__Task objective__. Extract from the entries below, exactly as given, only the lines from the line containing "add(cylinder003.part)" to the line containing "Rebuilt in FreeCAD, every", both lines included.

__Stored data__.
------------------------------------------------------------------------

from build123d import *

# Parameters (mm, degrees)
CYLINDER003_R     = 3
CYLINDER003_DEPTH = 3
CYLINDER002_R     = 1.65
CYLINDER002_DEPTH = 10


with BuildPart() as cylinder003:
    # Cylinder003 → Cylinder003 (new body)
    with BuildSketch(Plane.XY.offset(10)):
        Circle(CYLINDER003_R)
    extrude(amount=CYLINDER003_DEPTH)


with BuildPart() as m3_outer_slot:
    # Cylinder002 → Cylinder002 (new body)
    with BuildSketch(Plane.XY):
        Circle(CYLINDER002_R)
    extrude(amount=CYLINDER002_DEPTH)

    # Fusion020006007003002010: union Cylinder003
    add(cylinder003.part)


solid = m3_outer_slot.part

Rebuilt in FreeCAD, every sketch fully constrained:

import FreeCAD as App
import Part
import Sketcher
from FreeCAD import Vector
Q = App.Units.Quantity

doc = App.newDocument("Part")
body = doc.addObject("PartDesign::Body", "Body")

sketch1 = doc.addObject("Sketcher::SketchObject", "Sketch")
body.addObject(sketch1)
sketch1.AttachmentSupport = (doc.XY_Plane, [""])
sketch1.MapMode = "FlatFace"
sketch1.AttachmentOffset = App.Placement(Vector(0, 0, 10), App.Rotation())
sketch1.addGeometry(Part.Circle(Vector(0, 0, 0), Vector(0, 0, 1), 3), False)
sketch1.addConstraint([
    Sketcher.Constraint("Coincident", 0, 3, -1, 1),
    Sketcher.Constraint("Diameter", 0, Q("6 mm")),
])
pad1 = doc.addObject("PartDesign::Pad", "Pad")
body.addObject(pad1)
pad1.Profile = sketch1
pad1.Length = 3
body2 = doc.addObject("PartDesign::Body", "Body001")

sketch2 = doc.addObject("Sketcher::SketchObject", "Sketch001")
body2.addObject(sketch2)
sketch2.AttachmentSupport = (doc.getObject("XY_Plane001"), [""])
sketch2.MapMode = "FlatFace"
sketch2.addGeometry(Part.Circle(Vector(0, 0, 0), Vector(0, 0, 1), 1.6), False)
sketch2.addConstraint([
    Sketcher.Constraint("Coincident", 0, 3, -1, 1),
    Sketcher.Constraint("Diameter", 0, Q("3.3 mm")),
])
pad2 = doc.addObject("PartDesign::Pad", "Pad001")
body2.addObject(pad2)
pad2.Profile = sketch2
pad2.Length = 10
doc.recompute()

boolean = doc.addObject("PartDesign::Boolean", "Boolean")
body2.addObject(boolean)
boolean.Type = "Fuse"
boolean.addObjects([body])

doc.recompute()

------------------------------------------------------------------------

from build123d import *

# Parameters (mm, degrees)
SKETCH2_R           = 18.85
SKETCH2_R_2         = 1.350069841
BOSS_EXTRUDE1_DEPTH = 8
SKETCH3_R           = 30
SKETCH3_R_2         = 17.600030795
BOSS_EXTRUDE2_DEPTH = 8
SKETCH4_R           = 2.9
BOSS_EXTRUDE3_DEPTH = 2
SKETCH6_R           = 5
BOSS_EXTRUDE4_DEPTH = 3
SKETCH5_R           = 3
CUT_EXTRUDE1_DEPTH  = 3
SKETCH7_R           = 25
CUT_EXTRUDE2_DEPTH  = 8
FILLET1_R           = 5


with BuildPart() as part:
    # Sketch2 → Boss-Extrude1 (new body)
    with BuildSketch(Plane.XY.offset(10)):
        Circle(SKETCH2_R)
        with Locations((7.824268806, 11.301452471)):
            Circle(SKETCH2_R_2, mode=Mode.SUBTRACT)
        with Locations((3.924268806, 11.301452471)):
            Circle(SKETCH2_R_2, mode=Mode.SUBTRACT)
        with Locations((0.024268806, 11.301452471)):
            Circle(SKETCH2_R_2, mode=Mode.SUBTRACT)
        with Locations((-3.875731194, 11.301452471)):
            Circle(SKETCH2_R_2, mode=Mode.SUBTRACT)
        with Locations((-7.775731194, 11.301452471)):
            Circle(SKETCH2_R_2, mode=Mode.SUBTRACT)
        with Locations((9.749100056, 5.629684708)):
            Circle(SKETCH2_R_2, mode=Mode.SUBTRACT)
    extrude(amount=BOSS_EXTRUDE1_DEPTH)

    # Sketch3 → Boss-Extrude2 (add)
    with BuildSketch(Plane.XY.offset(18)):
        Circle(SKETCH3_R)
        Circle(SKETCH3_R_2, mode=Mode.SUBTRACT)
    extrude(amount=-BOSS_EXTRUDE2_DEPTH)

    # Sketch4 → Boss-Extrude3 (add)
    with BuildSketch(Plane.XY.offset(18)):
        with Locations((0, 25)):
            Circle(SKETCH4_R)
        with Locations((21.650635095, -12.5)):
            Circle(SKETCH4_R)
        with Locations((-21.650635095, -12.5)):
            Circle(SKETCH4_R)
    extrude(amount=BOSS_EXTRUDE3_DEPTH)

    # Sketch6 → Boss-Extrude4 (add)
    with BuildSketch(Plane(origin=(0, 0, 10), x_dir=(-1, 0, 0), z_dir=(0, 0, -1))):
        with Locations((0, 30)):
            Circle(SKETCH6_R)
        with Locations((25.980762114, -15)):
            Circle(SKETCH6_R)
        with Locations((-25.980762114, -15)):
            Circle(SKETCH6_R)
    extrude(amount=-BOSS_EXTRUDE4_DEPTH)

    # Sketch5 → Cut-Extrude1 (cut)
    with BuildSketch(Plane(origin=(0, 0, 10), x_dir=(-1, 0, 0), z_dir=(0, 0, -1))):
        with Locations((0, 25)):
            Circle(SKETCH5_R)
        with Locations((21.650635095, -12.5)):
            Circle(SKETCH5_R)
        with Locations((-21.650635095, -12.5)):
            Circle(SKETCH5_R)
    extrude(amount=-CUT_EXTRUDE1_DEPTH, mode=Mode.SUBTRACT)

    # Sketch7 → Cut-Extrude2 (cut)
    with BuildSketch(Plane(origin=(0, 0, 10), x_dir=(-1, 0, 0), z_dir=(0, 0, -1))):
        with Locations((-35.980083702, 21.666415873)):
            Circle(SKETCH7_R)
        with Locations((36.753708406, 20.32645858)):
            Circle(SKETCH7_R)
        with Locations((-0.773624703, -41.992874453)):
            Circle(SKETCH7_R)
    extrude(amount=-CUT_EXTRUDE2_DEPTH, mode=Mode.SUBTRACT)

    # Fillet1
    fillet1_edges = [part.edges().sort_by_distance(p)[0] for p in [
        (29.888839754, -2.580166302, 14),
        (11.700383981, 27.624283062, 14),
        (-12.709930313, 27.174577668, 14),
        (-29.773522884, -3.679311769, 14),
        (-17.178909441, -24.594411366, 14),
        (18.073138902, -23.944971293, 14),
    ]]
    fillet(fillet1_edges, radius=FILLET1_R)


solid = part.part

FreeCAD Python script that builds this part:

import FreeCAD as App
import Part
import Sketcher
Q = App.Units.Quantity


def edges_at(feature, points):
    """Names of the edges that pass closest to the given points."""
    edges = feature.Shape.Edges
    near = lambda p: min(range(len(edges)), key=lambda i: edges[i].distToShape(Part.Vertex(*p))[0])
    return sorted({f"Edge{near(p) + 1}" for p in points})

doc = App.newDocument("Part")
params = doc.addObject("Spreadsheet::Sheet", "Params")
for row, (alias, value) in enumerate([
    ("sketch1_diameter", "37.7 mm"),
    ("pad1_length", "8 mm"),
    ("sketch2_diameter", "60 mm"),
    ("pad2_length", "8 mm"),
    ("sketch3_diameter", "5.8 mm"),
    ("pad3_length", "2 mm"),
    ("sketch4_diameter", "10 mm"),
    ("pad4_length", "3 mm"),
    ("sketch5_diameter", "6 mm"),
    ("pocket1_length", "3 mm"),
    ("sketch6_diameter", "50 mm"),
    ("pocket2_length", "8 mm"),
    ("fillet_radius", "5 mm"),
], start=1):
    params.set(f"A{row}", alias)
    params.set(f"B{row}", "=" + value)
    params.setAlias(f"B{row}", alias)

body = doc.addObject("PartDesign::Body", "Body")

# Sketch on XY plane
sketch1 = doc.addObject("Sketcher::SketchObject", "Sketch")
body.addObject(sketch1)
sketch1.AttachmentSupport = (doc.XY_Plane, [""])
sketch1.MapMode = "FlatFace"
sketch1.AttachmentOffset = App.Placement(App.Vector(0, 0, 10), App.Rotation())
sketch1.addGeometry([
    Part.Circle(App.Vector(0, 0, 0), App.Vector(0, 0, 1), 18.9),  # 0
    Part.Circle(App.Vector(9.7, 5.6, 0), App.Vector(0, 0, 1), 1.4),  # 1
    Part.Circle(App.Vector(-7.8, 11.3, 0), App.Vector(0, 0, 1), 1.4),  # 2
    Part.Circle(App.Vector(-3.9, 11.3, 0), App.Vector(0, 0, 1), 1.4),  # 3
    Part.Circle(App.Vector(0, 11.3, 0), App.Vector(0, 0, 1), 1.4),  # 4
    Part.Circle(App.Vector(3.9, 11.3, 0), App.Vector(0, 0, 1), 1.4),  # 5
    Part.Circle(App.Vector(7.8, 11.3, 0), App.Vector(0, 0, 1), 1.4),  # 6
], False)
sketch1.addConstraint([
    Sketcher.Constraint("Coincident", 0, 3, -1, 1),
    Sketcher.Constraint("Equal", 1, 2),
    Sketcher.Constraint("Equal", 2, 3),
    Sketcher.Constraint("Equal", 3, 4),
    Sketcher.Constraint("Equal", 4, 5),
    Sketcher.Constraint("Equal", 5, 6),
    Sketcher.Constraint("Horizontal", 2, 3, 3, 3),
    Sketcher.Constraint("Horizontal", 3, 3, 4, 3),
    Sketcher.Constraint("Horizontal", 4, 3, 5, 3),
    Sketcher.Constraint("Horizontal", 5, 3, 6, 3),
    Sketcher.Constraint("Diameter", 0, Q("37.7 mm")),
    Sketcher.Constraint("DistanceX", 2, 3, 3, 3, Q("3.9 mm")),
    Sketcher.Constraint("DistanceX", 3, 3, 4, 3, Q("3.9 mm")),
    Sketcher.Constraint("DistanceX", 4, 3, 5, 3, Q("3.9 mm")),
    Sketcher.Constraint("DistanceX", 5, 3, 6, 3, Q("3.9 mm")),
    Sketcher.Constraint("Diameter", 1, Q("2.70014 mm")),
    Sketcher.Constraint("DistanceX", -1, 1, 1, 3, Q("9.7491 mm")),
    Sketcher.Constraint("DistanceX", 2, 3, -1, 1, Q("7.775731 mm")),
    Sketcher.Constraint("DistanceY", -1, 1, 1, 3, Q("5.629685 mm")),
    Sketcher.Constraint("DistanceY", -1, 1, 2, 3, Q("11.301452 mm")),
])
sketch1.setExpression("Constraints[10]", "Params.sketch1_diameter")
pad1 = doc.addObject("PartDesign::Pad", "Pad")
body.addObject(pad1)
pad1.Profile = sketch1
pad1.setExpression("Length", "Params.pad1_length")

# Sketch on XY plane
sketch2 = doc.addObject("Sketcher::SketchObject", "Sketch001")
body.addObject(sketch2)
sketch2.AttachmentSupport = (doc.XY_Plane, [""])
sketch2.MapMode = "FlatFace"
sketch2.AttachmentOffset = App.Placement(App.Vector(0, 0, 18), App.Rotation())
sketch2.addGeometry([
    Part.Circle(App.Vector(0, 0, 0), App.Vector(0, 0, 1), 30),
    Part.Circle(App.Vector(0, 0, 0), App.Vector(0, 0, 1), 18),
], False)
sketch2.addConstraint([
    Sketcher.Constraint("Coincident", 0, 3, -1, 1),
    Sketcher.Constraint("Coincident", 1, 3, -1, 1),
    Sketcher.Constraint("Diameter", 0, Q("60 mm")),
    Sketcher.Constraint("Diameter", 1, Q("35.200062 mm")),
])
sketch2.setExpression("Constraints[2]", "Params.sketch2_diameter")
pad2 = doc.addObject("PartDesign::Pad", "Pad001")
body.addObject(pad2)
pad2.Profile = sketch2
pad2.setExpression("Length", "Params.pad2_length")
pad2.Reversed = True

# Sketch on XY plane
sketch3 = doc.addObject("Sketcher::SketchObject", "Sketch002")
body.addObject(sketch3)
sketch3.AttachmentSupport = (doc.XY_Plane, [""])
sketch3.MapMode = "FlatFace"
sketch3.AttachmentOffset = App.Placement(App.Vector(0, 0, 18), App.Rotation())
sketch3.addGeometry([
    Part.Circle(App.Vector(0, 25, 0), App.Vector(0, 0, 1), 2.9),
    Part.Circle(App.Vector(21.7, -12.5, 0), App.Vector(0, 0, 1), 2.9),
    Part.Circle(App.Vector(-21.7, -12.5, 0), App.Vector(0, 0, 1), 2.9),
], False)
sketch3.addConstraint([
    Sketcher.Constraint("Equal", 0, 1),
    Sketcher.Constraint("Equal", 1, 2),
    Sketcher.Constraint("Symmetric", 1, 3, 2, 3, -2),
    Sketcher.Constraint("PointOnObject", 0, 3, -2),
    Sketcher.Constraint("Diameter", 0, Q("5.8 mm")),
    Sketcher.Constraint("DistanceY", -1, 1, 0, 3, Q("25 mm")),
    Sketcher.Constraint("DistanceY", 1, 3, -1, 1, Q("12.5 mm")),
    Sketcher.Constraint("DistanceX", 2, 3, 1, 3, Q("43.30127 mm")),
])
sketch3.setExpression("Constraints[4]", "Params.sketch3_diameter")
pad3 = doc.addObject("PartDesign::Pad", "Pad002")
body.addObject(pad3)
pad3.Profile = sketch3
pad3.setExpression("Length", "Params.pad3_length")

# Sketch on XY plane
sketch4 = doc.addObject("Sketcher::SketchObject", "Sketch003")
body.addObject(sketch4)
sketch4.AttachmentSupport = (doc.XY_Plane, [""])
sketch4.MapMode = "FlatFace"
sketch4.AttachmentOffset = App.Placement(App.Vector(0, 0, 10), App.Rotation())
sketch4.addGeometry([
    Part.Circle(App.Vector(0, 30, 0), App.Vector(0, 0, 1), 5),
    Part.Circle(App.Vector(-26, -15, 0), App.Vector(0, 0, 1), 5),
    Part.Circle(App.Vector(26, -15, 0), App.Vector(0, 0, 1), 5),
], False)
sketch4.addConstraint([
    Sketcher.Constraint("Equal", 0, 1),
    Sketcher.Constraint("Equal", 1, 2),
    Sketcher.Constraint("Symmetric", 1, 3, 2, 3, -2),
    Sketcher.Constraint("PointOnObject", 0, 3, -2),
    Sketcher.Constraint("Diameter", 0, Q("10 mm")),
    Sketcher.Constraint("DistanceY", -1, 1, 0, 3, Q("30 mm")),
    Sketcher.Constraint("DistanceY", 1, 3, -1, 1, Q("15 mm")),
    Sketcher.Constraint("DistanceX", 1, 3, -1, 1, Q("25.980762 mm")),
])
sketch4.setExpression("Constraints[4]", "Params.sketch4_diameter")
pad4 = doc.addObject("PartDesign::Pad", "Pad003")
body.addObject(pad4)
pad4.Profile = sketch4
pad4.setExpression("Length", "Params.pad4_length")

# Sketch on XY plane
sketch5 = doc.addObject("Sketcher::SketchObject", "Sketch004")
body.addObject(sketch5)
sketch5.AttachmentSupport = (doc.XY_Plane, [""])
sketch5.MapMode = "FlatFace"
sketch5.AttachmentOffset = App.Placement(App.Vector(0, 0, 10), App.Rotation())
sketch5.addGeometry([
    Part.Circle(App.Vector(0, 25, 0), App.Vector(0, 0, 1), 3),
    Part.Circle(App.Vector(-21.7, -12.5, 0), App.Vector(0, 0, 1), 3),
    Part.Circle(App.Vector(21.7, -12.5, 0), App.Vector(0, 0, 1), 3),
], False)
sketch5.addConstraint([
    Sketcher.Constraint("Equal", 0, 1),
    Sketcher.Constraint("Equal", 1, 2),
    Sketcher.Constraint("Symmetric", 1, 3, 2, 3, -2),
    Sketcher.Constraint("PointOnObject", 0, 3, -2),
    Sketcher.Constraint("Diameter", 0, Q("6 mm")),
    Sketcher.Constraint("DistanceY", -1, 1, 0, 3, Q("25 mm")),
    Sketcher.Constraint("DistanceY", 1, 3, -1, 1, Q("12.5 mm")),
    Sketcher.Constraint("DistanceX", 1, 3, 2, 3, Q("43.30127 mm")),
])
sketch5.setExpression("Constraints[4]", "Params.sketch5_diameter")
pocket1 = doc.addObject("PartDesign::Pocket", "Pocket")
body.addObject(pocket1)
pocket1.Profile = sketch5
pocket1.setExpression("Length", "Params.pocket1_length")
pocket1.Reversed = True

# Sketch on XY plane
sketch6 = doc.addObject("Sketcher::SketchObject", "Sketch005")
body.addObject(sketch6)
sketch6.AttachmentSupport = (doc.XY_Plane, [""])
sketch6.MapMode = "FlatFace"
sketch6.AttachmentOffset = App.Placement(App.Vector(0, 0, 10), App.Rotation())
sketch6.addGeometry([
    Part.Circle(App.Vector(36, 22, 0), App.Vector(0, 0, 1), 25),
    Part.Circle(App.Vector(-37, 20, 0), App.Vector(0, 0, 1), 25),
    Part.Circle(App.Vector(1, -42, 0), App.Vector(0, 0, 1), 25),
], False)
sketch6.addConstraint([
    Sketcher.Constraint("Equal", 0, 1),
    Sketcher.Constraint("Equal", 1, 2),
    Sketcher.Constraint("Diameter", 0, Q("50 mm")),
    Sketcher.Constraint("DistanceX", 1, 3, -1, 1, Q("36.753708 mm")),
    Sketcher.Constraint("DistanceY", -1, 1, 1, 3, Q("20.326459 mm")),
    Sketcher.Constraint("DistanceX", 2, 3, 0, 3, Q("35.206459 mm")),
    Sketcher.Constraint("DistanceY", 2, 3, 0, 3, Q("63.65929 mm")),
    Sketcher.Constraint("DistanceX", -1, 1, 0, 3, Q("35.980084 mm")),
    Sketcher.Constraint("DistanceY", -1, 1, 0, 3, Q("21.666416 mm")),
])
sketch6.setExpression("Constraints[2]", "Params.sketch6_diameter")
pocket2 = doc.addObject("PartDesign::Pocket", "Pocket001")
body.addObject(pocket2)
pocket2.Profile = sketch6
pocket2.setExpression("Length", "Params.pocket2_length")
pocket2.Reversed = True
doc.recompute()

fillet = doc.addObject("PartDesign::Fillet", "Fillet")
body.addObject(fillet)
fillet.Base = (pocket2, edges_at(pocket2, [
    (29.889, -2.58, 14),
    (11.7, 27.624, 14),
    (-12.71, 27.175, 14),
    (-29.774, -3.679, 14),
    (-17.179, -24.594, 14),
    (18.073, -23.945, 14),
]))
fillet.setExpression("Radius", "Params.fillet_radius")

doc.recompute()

------------------------------------------------------------------------

__Task output__.
    add(cylinder003.part)


solid = m3_outer_slot.part

Rebuilt in FreeCAD, every sketch fully constrained:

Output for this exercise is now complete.